--- Exercise objective ---
All of the data below is to be copied exactly.

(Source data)
..........
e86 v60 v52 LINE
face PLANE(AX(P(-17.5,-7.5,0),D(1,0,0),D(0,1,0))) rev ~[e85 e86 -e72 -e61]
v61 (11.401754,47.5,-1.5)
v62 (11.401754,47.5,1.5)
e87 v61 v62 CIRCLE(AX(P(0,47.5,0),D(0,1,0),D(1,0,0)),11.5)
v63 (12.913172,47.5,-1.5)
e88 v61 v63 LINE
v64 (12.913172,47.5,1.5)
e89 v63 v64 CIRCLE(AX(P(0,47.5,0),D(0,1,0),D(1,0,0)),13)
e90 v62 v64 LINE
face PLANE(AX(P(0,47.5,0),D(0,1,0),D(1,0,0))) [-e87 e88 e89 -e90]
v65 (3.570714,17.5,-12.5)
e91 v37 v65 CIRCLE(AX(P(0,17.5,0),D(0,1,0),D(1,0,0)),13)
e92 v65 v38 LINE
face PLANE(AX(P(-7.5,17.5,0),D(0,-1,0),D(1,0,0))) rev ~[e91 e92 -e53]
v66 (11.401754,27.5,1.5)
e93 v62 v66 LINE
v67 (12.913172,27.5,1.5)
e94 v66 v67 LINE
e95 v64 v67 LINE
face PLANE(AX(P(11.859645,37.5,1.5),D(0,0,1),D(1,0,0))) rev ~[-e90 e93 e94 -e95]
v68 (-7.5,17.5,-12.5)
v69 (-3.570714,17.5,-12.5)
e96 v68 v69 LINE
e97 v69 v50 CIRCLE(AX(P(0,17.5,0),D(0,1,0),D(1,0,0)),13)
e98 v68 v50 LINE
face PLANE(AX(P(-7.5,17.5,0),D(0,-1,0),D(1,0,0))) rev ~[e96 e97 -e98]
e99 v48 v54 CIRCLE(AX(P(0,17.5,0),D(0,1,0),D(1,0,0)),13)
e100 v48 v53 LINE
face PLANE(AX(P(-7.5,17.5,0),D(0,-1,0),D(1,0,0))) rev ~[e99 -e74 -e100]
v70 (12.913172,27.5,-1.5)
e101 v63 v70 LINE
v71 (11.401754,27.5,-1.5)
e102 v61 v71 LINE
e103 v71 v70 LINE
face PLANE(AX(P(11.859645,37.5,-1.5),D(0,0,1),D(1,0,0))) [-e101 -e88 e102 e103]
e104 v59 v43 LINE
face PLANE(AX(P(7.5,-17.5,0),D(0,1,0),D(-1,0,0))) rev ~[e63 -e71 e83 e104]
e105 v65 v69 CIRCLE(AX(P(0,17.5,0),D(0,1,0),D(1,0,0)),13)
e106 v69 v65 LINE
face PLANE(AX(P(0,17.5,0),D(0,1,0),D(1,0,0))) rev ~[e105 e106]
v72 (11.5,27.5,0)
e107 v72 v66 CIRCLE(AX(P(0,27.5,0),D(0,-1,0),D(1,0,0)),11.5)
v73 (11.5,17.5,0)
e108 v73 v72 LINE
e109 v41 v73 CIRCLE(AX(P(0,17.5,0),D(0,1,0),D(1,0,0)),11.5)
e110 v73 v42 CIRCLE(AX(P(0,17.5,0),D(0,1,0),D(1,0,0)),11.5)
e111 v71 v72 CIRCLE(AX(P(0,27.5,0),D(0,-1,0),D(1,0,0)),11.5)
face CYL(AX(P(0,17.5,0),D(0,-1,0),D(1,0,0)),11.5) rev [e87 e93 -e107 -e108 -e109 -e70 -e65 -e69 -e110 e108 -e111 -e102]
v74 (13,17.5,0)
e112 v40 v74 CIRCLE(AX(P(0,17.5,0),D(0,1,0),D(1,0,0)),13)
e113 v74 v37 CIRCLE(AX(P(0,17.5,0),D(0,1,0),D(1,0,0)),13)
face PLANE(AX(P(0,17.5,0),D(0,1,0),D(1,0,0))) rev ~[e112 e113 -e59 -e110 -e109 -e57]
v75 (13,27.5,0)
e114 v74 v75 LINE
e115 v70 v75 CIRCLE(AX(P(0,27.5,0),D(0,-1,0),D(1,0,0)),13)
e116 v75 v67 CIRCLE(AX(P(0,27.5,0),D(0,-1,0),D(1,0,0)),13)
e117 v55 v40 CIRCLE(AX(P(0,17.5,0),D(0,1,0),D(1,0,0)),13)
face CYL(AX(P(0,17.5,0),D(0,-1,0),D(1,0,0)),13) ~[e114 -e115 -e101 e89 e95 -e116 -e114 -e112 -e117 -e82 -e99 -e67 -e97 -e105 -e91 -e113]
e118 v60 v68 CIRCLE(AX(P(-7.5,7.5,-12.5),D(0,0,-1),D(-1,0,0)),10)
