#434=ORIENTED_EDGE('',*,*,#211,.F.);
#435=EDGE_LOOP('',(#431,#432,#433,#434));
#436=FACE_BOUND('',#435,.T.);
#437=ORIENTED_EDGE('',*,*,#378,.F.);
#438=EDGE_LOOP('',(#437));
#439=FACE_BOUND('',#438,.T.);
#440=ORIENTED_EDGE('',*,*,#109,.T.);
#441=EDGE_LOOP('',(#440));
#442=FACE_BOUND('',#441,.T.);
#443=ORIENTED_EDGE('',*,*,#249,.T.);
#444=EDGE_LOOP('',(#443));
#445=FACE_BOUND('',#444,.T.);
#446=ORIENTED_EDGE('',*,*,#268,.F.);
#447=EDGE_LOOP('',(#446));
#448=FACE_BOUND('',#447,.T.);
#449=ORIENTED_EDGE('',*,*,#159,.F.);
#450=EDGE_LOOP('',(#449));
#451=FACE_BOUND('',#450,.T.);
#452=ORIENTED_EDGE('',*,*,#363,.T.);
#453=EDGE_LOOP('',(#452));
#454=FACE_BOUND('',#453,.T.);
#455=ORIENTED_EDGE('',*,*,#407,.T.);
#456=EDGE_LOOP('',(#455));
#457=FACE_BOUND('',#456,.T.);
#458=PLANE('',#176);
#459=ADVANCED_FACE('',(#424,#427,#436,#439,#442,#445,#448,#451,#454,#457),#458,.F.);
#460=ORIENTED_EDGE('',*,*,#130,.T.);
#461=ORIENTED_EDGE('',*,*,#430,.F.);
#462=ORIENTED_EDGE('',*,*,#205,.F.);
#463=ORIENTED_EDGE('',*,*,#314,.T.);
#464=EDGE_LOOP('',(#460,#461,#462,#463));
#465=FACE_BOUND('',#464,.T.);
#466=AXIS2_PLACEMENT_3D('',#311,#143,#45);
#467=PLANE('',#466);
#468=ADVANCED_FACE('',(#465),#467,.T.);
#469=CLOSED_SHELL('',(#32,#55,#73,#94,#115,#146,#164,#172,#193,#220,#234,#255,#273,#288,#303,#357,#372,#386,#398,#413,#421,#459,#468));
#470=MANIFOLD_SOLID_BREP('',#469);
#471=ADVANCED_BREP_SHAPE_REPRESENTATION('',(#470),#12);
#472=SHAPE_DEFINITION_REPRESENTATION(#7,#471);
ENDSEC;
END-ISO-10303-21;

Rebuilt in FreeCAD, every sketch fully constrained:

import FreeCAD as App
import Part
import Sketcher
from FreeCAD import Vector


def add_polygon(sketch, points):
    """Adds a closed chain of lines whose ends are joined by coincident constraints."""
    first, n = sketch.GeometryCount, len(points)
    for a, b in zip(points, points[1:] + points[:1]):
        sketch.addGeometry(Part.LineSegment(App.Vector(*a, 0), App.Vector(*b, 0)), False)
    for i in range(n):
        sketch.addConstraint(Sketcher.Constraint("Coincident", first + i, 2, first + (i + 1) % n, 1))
..........
--- Output below ---
e86 v60 v52 LINE
face PLANE(AX(P(-17.5,-7.5,0),D(1,0,0),D(0,1,0))) rev ~[e85 e86 -e72 -e61]
v61 (11.401754,47.5,-1.5)
v62 (11.401754,47.5,1.5)
e87 v61 v62 CIRCLE(AX(P(0,47.5,0),D(0,1,0),D(1,0,0)),11.5)
v63 (12.913172,47.5,-1.5)
e88 v61 v63 LINE
v64 (12.913172,47.5,1.5)
e89 v63 v64 CIRCLE(AX(P(0,47.5,0),D(0,1,0),D(1,0,0)),13)
e90 v62 v64 LINE
face PLANE(AX(P(0,47.5,0),D(0,1,0),D(1,0,0))) [-e87 e88 e89 -e90]
v65 (3.570714,17.5,-12.5)
e91 v37 v65 CIRCLE(AX(P(0,17.5,0),D(0,1,0),D(1,0,0)),13)
e92 v65 v38 LINE
face PLANE(AX(P(-7.5,17.5,0),D(0,-1,0),D(1,0,0))) rev ~[e91 e92 -e53]
v66 (11.401754,27.5,1.5)
e93 v62 v66 LINE
v67 (12.913172,27.5,1.5)
e94 v66 v67 LINE
e95 v64 v67 LINE
face PLANE(AX(P(11.859645,37.5,1.5),D(0,0,1),D(1,0,0))) rev ~[-e90 e93 e94 -e95]
v68 (-7.5,17.5,-12.5)
v69 (-3.570714,17.5,-12.5)
e96 v68 v69 LINE
e97 v69 v50 CIRCLE(AX(P(0,17.5,0),D(0,1,0),D(1,0,0)),13)
e98 v68 v50 LINE
face PLANE(AX(P(-7.5,17.5,0),D(0,-1,0),D(1,0,0))) rev ~[e96 e97 -e98]
e99 v48 v54 CIRCLE(AX(P(0,17.5,0),D(0,1,0),D(1,0,0)),13)
e100 v48 v53 LINE
face PLANE(AX(P(-7.5,17.5,0),D(0,-1,0),D(1,0,0))) rev ~[e99 -e74 -e100]
v70 (12.913172,27.5,-1.5)
e101 v63 v70 LINE
v71 (11.401754,27.5,-1.5)
e102 v61 v71 LINE
e103 v71 v70 LINE
face PLANE(AX(P(11.859645,37.5,-1.5),D(0,0,1),D(1,0,0))) [-e101 -e88 e102 e103]
e104 v59 v43 LINE
face PLANE(AX(P(7.5,-17.5,0),D(0,1,0),D(-1,0,0))) rev ~[e63 -e71 e83 e104]
e105 v65 v69 CIRCLE(AX(P(0,17.5,0),D(0,1,0),D(1,0,0)),13)
e106 v69 v65 LINE
face PLANE(AX(P(0,17.5,0),D(0,1,0),D(1,0,0))) rev ~[e105 e106]
v72 (11.5,27.5,0)
e107 v72 v66 CIRCLE(AX(P(0,27.5,0),D(0,-1,0),D(1,0,0)),11.5)
v73 (11.5,17.5,0)
e108 v73 v72 LINE
e109 v41 v73 CIRCLE(AX(P(0,17.5,0),D(0,1,0),D(1,0,0)),11.5)
e110 v73 v42 CIRCLE(AX(P(0,17.5,0),D(0,1,0),D(1,0,0)),11.5)
e111 v71 v72 CIRCLE(AX(P(0,27.5,0),D(0,-1,0),D(1,0,0)),11.5)
face CYL(AX(P(0,17.5,0),D(0,-1,0),D(1,0,0)),11.5) rev [e87 e93 -e107 -e108 -e109 -e70 -e65 -e69 -e110 e108 -e111 -e102]
v74 (13,17.5,0)
e112 v40 v74 CIRCLE(AX(P(0,17.5,0),D(0,1,0),D(1,0,0)),13)
e113 v74 v37 CIRCLE(AX(P(0,17.5,0),D(0,1,0),D(1,0,0)),13)
face PLANE(AX(P(0,17.5,0),D(0,1,0),D(1,0,0))) rev ~[e112 e113 -e59 -e110 -e109 -e57]
v75 (13,27.5,0)
e114 v74 v75 LINE
e115 v70 v75 CIRCLE(AX(P(0,27.5,0),D(0,-1,0),D(1,0,0)),13)
e116 v75 v67 CIRCLE(AX(P(0,27.5,0),D(0,-1,0),D(1,0,0)),13)
e117 v55 v40 CIRCLE(AX(P(0,17.5,0),D(0,1,0),D(1,0,0)),13)
face CYL(AX(P(0,17.5,0),D(0,-1,0),D(1,0,0)),13) ~[e114 -e115 -e101 e89 e95 -e116 -e114 -e112 -e117 -e82 -e99 -e67 -e97 -e105 -e91 -e113]
e118 v60 v68 CIRCLE(AX(P(-7.5,7.5,-12.5),D(0,0,-1),D(-1,0,0)),10)
#434=ORIENTED_EDGE('',*,*,#211,.F.);
#435=EDGE_LOOP('',(#431,#432,#433,#434));
#436=FACE_BOUND('',#435,.T.);
#437=ORIENTED_EDGE('',*,*,#378,.F.);
#438=EDGE_LOOP('',(#437));
#439=FACE_BOUND('',#438,.T.);
#440=ORIENTED_EDGE('',*,*,#109,.T.);
#441=EDGE_LOOP('',(#440));
#442=FACE_BOUND('',#441,.T.);
#443=ORIENTED_EDGE('',*,*,#249,.T.);
#444=EDGE_LOOP('',(#443));
#445=FACE_BOUND('',#444,.T.);
#446=ORIENTED_EDGE('',*,*,#268,.F.);
#447=EDGE_LOOP('',(#446));
#448=FACE_BOUND('',#447,.T.);
#449=ORIENTED_EDGE('',*,*,#159,.F.);
#450=EDGE_LOOP('',(#449));
#451=FACE_BOUND('',#450,.T.);
#452=ORIENTED_EDGE('',*,*,#363,.T.);
#453=EDGE_LOOP('',(#452));
#454=FACE_BOUND('',#453,.T.);
#455=ORIENTED_EDGE('',*,*,#407,.T.);
#456=EDGE_LOOP('',(#455));
#457=FACE_BOUND('',#456,.T.);
#458=PLANE('',#176);
#459=ADVANCED_FACE('',(#424,#427,#436,#439,#442,#445,#448,#451,#454,#457),#458,.F.);
#460=ORIENTED_EDGE('',*,*,#130,.T.);
#461=ORIENTED_EDGE('',*,*,#430,.F.);
#462=ORIENTED_EDGE('',*,*,#205,.F.);
#463=ORIENTED_EDGE('',*,*,#314,.T.);
#464=EDGE_LOOP('',(#460,#461,#462,#463));
#465=FACE_BOUND('',#464,.T.);
#466=AXIS2_PLACEMENT_3D('',#311,#143,#45);
#467=PLANE('',#466);
#468=ADVANCED_FACE('',(#465),#467,.T.);
#469=CLOSED_SHELL('',(#32,#55,#73,#94,#115,#146,#164,#172,#193,#220,#234,#255,#273,#288,#303,#357,#372,#386,#398,#413,#421,#459,#468));
#470=MANIFOLD_SOLID_BREP('',#469);
#471=ADVANCED_BREP_SHAPE_REPRESENTATION('',(#470),#12);
#472=SHAPE_DEFINITION_REPRESENTATION(#7,#471);
ENDSEC;
END-ISO-10303-21;

Rebuilt in FreeCAD, every sketch fully constrained:

import FreeCAD as App
import Part
import Sketcher
from FreeCAD import Vector


def add_polygon(sketch, points):
    """Adds a closed chain of lines whose ends are joined by coincident constraints."""
    first, n = sketch.GeometryCount, len(points)
    for a, b in zip(points, points[1:] + points[:1]):
        sketch.addGeometry(Part.LineSegment(App.Vector(*a, 0), App.Vector(*b, 0)), False)
    for i in range(n):
        sketch.addConstraint(Sketcher.Constraint("Coincident", first + i, 2, first + (i + 1) % n, 1))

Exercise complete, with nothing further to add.